Crest ProHealth Toothpaste Leaves Blue Beads in Your Gums-Outdated!
Summary of eRumor:
There’s buzz that Crest Pro Health Tooth Paste contains blue beads, or polyethylene, that can become lodge in your gums, allowing bacteria to enter.
The Truth:
Dentists raised concerns about the tiny blue beads found in some types of Crest ProHealth Tooth Paste back in 2014, but manufacturer Proctor & Gamble has already taken steps to get rid of them.
The controversy started back in March 2014 when dental hygienist Trish Walraven wrote a blog headlined “Crest toothpaste embeds plastic in our gums” for the blog site Dental Buzz. Walraven wrote that she had found tiny blue beads of polyethylene plastic lodged in the gum lines of her patients:
Around our teeth we have these little channels in our gums, sort of like the cuticles around our fingernails. The gum channel is called a sulcus, and it’s where diseases like gingivitis get their start. A healthy sulcus is no deeper than about 3 millimeters, so when you have hundreds of pieces of plastic being scrubbed into your gums each day that are even smaller than a millimeter, many of them are getting trapped.
The thing about a sulcus is that it’s vulnerable. Your dental hygienist spends most of their time cleaning every sulcus in your mouth, because if the band of tissue around your tooth isn’t healthy, then you’re not healthy. You can start to see why having bits of plastic in your sulcus may be a real problem, sort of like when popcorn hulls find their way into these same areas. Ouch, right?
Walraven didn’t claim that polyethylene left behind after you brush causes gum problems. There’s no scientific proof of that.

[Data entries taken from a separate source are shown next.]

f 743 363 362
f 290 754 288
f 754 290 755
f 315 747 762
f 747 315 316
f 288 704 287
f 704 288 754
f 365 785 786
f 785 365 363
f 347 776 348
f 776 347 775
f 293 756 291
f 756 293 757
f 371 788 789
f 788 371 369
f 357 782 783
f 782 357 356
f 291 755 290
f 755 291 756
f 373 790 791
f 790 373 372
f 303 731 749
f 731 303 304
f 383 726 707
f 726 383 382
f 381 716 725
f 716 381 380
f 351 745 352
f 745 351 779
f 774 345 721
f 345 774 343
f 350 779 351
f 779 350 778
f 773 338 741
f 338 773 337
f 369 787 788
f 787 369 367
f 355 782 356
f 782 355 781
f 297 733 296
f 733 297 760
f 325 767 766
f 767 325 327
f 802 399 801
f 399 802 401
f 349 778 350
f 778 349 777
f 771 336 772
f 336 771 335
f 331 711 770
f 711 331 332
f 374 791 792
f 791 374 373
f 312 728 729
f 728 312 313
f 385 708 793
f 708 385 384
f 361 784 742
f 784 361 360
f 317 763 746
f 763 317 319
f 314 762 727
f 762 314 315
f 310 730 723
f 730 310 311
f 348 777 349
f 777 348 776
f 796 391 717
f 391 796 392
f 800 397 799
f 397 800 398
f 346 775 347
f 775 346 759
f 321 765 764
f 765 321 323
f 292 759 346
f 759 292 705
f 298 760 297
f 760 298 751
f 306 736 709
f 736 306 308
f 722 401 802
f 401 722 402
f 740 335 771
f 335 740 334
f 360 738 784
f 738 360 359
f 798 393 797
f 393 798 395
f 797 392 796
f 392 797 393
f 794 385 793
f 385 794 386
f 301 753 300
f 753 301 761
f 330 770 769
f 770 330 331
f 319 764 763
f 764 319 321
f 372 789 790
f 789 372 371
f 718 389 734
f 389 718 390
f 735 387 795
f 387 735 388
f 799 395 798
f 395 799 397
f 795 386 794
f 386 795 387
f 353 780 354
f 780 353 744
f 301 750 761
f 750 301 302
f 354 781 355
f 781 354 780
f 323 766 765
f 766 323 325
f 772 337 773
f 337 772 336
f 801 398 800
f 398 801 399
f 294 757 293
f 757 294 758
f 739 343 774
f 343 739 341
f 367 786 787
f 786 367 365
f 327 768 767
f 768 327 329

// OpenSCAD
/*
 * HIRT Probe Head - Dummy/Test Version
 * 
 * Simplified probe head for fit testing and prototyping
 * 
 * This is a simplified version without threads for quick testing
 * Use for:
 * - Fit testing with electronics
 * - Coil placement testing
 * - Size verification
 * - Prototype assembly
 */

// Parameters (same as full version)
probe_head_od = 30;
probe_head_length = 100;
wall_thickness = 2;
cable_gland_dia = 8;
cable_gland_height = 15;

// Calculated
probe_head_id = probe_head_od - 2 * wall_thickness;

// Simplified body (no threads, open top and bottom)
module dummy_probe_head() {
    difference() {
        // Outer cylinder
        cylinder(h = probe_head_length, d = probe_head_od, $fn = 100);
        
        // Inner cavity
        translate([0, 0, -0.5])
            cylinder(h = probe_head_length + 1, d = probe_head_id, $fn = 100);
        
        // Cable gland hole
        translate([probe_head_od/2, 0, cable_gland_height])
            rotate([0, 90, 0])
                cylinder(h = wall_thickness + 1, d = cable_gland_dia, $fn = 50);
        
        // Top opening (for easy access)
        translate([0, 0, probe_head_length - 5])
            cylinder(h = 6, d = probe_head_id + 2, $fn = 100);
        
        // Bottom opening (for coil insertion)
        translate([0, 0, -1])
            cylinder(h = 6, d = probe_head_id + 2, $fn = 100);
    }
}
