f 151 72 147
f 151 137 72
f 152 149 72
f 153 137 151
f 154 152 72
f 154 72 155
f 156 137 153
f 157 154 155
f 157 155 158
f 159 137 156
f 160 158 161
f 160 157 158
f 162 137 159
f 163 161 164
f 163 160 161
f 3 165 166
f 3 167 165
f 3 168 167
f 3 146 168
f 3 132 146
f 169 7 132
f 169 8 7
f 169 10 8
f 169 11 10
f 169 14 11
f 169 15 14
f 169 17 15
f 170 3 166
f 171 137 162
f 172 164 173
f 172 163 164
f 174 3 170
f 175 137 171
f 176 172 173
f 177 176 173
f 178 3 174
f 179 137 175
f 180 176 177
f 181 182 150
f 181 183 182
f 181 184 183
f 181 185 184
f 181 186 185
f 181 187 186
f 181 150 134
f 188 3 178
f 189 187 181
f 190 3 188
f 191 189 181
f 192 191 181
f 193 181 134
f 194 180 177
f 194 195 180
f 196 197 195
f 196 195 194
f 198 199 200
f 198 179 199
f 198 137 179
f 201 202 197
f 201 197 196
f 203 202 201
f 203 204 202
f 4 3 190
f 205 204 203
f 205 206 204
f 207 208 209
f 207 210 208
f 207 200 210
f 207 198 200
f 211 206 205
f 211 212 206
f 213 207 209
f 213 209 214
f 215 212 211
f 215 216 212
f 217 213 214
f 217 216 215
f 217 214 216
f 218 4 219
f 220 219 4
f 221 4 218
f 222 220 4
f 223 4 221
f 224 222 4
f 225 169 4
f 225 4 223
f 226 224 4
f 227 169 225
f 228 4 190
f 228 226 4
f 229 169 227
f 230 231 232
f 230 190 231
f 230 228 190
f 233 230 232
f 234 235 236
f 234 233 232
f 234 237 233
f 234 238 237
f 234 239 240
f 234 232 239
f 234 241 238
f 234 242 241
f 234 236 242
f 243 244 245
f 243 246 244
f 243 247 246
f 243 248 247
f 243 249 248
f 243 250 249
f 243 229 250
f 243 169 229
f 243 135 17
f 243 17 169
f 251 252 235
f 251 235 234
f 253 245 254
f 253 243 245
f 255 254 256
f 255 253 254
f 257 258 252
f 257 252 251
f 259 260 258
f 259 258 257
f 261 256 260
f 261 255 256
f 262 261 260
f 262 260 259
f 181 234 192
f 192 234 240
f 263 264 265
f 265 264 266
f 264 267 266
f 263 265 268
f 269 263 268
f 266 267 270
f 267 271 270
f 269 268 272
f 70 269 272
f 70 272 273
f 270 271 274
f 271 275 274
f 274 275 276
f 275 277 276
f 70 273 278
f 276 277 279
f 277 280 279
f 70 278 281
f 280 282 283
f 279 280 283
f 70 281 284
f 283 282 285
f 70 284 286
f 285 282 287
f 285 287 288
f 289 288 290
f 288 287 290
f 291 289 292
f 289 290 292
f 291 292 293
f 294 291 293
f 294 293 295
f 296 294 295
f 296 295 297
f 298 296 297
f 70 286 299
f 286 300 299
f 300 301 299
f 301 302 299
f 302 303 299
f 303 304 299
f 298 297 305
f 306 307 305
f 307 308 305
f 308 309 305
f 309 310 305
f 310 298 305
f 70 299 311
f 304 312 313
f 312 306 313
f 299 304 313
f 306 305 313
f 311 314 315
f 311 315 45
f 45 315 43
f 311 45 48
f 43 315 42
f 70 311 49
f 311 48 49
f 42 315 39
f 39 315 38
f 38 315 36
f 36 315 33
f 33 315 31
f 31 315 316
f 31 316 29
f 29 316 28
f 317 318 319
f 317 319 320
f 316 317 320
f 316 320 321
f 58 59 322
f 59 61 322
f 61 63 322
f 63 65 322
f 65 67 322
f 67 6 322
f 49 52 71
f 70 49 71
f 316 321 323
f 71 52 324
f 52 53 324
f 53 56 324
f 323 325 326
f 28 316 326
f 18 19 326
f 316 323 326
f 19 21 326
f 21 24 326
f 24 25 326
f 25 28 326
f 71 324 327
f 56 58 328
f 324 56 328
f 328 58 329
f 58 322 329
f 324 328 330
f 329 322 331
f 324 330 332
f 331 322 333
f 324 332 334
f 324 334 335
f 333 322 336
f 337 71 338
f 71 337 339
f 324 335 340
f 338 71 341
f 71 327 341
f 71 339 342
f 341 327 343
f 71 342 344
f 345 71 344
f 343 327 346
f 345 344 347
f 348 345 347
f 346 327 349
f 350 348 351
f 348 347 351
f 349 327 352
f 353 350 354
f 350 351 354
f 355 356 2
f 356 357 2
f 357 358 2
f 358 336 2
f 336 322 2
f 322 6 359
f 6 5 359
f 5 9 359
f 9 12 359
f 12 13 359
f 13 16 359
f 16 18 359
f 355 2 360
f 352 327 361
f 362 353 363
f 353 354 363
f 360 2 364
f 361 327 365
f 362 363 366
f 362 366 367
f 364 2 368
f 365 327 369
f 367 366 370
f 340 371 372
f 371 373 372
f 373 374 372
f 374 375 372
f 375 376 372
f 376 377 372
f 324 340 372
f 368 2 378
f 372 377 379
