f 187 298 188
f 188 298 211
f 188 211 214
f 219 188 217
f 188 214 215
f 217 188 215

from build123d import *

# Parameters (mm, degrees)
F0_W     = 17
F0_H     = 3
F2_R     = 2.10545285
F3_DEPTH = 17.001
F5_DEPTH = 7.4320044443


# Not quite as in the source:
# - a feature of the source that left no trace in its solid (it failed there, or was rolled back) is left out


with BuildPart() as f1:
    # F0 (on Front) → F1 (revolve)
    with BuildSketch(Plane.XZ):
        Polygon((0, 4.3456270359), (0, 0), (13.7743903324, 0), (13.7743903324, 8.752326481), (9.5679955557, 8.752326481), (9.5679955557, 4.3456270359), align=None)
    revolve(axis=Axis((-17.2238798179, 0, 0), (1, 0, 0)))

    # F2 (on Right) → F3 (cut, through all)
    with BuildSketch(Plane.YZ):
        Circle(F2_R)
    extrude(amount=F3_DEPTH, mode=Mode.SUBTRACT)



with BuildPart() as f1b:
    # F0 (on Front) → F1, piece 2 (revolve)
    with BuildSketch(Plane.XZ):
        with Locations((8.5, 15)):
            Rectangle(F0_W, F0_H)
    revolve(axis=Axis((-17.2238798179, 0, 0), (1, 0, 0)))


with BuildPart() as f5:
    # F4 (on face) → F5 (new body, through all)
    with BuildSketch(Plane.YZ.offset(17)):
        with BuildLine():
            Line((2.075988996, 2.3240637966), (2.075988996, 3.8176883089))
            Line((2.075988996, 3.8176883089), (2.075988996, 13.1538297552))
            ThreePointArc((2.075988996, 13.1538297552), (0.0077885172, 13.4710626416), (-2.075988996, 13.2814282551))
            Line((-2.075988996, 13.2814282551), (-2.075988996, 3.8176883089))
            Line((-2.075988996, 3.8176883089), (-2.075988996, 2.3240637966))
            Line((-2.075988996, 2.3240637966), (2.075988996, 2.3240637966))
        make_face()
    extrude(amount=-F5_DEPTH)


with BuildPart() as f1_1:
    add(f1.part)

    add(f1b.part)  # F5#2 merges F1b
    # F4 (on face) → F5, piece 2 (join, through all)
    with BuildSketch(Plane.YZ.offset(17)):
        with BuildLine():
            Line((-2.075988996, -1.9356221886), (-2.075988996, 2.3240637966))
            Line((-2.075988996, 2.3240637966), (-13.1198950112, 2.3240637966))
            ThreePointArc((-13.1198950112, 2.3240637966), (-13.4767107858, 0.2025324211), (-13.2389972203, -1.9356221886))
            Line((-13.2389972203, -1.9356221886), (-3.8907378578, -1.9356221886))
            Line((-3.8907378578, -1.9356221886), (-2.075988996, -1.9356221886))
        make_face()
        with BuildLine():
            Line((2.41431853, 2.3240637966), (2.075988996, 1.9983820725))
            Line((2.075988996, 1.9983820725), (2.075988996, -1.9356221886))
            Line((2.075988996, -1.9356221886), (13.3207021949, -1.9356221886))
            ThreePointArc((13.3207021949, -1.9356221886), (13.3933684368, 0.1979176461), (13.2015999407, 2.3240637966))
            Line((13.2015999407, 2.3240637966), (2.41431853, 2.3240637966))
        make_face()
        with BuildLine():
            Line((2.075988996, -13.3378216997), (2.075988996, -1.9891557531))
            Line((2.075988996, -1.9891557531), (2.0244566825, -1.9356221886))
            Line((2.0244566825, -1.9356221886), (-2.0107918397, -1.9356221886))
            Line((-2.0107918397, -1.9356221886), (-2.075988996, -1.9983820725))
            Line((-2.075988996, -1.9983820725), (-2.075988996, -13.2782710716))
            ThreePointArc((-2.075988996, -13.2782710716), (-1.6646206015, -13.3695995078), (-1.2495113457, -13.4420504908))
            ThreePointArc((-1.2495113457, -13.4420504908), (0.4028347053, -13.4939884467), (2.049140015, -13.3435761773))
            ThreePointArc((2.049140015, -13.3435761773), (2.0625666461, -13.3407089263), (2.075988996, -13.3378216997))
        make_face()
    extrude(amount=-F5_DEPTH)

Still, other dentists across the country followed suit in sounding alarms that polyethylene plastic beads could cause dental hygiene problems because the sulcus is so sensitive.
According to Proctor & Gamble ingredient listings, polyethylene was used in nine different types of Pro Health Toothpastes at the time:
Crest ProHealth for Me
Crest ProHealth for Life
Crest ProHealth Enamel Shield
Crest ProHealth Sensitive + Enamel Shield
Crest ProHealth Intensive Clean
Crest ProHealth Healthy Fresh
Crest ProHealth Whitening Toothpaste
Crest ProHealth Night Toothpaste
Crest ProHealth Toothpaste
One of the dental community’s biggest gripes about the little blue or green beads in Crest ProHealth Toothpastes was that they don’t provide any oral health benefits. Rather, Proctor & Gamble disclosed in a FAQ (that has since been removed) that polyethylene is “an inactive ingredient used to provide color.”
Back in 2014, the company pledged to remove the polyethylene microbeads from all Crest toothpastes by March 2016, Plastic News reports:
After months of prodding, Procter & Gamble Co., the makers of Crest brand toothpastes, say PE will be completely removed from its dental products by March 2016.
“While the ingredient in question is completely safe, approved for use in foods by the [U.S. Food and Drug Administration] and part of an enjoyable brushing experience for millions of consumers with no issues, P&G understands there is a growing preference for them to remove this ingredient. So P&G will,” said a company spokesperson, via email. “The majority of Crest product volume will be microbead-free by March 2015. Crest will complete the removal process by March of 2016, well ahead of any state legislation targets.”
Also, a number of states have banned the use of polyethylene microbeads in all consumer products. Microbeads found in shampoos, body washes and hand soaps can’t be filtered from wastewater, so they end up in lakes and streams.
A report by the New York Attorney General found that water treatment plants across the state couldn’t process 19 tons of microbeads that wash into the state’s water supply each year, which led to them being banned in that state, and many other states.
So, concerns about microbeads in consumer products like Crest ProHealth Toothpaste are based in reality, but states and manufacturers have taken steps to end their use. That’s why we’re calling this rumor “outdated.”